DATA RECORDS:
***

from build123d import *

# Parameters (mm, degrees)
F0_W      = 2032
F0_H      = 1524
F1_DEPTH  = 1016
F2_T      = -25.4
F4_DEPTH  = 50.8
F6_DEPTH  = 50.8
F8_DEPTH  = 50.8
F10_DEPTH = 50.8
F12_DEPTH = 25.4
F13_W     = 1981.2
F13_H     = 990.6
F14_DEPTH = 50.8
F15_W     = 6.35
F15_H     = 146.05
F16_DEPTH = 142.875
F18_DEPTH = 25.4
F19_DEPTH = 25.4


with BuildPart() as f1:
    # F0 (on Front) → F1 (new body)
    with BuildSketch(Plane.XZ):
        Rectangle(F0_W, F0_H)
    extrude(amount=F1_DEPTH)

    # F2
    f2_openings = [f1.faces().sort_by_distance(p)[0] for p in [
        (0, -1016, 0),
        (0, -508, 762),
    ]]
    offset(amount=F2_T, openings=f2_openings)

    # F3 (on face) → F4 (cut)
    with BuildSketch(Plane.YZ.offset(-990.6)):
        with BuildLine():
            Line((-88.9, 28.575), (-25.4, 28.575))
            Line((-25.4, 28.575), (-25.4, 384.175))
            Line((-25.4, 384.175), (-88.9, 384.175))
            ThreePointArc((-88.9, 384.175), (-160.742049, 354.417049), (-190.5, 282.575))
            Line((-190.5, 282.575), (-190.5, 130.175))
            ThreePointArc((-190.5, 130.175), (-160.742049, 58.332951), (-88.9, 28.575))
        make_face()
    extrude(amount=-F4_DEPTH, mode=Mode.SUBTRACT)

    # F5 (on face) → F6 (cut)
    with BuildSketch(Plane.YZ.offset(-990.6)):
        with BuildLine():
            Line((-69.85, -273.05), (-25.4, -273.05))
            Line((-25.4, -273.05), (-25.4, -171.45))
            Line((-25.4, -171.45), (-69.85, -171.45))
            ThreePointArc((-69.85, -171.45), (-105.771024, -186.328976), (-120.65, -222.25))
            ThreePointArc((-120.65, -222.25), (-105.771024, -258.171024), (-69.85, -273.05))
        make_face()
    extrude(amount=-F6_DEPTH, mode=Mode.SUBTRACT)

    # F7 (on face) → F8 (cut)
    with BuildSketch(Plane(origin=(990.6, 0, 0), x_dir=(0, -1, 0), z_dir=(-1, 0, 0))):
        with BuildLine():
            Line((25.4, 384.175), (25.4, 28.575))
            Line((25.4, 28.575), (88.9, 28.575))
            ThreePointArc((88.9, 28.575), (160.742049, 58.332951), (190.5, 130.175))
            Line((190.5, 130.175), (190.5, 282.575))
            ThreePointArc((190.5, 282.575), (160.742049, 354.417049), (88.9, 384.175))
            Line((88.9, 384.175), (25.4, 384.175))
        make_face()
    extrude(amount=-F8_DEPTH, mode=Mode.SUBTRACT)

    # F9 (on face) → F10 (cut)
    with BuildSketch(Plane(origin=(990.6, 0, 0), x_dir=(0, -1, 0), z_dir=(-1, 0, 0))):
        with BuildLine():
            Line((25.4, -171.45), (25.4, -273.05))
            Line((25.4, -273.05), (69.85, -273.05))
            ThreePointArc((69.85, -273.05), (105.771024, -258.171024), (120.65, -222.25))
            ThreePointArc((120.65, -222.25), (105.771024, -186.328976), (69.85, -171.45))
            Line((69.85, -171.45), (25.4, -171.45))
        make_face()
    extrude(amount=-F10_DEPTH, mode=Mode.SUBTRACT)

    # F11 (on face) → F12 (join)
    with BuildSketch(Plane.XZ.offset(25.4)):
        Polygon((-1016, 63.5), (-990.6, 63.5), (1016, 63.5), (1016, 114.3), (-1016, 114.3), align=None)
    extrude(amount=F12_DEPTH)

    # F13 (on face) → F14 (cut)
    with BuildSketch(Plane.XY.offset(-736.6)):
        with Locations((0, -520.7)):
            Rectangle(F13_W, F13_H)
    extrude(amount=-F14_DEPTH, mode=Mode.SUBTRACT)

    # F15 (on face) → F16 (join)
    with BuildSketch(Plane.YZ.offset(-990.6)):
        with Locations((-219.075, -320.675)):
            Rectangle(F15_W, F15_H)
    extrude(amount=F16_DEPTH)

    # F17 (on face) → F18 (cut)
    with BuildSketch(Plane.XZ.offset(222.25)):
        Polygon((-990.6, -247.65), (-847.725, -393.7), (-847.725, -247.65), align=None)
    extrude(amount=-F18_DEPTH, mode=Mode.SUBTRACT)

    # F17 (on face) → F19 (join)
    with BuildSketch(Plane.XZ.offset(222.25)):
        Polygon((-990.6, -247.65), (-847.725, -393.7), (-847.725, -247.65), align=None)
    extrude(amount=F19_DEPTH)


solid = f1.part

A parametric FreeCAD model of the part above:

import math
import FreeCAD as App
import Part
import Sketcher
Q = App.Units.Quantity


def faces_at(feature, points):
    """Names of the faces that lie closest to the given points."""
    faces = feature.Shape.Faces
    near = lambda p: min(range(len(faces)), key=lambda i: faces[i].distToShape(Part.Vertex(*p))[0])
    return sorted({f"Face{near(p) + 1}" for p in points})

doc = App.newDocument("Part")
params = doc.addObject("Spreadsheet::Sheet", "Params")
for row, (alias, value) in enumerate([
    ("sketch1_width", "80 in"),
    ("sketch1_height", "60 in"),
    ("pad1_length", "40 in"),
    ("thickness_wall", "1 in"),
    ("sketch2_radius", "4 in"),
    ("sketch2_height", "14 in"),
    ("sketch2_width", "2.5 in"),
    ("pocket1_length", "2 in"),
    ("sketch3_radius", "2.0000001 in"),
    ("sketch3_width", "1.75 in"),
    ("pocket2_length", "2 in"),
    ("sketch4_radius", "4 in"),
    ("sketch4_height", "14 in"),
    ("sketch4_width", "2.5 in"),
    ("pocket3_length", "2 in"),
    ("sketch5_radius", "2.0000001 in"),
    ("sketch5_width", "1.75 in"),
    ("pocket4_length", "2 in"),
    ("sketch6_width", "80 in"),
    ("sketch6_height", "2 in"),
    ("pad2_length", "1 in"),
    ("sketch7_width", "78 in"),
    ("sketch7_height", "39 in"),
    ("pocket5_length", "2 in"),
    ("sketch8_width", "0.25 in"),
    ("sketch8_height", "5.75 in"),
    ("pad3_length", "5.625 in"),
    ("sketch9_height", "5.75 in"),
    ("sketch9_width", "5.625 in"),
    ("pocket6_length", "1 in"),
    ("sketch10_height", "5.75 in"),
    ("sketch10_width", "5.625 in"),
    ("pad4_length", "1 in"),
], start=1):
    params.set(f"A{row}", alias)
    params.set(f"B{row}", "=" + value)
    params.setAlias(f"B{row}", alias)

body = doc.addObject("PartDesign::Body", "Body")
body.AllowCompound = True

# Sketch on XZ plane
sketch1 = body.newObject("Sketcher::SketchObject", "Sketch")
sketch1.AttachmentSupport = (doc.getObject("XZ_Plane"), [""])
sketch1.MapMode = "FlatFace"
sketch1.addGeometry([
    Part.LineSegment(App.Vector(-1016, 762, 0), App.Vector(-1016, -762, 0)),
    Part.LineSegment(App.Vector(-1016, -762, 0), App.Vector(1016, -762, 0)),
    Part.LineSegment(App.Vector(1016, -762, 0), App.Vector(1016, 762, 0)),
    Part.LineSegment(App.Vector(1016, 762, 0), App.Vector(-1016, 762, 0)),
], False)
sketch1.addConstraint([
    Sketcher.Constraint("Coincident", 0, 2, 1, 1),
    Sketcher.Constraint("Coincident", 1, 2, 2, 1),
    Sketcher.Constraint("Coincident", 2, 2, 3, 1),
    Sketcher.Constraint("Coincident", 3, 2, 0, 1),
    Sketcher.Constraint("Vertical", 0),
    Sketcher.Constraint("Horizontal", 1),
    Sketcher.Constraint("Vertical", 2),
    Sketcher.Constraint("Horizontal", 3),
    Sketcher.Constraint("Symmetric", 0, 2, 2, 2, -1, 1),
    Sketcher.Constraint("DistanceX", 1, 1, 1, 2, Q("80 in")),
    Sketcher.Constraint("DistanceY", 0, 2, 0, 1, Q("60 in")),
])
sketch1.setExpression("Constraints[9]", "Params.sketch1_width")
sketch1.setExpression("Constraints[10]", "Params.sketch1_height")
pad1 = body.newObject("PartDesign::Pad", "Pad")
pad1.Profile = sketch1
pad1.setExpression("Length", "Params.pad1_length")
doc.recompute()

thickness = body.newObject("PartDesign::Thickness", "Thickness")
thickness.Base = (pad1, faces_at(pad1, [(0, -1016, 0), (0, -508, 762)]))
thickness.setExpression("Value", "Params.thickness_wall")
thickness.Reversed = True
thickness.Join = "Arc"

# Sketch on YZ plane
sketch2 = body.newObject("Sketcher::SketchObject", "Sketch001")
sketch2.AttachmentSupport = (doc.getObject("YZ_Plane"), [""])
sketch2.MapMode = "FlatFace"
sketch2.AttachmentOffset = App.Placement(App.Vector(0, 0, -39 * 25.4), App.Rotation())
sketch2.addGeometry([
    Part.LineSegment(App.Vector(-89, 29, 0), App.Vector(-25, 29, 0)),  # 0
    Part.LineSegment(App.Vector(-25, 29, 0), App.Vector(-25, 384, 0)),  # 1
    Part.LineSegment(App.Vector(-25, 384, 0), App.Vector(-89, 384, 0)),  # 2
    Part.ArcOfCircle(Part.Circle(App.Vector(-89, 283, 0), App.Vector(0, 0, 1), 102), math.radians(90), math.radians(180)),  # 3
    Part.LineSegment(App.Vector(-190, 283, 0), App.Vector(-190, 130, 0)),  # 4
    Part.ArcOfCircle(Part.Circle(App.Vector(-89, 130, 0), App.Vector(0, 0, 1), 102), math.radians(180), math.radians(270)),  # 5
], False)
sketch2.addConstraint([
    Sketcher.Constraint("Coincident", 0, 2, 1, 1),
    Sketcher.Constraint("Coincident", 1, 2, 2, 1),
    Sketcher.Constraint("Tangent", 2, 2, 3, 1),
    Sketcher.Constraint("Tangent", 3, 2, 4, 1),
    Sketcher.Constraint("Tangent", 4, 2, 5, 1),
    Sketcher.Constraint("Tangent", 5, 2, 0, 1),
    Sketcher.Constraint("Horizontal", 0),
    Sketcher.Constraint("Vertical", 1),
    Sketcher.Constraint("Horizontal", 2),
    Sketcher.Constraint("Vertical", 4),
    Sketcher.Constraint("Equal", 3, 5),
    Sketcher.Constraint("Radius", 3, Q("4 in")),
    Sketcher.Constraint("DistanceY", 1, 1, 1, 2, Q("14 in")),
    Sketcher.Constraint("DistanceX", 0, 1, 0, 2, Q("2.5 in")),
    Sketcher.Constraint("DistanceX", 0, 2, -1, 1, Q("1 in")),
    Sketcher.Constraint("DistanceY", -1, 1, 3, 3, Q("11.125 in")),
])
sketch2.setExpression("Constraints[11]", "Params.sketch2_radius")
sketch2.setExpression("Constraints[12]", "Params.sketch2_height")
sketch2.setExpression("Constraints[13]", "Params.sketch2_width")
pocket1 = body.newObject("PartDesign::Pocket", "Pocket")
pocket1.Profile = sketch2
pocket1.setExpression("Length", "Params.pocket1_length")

***

WORK REQUIRED: Restate word for word the lines in the material above from the one with "Rectangle(F13_W, F13_H)" to the one with "extrude(amount=-F18_DEPTH, mode=Mode.SUBTRACT)"; both of those lines count, and nothing else does.

TASK ANSWER:
            Rectangle(F13_W, F13_H)
    extrude(amount=-F14_DEPTH, mode=Mode.SUBTRACT)

    # F15 (on face) → F16 (join)
    with BuildSketch(Plane.YZ.offset(-990.6)):
        with Locations((-219.075, -320.675)):
            Rectangle(F15_W, F15_H)
    extrude(amount=F16_DEPTH)

    # F17 (on face) → F18 (cut)
    with BuildSketch(Plane.XZ.offset(222.25)):
        Polygon((-990.6, -247.65), (-847.725, -393.7), (-847.725, -247.65), align=None)
    extrude(amount=-F18_DEPTH, mode=Mode.SUBTRACT)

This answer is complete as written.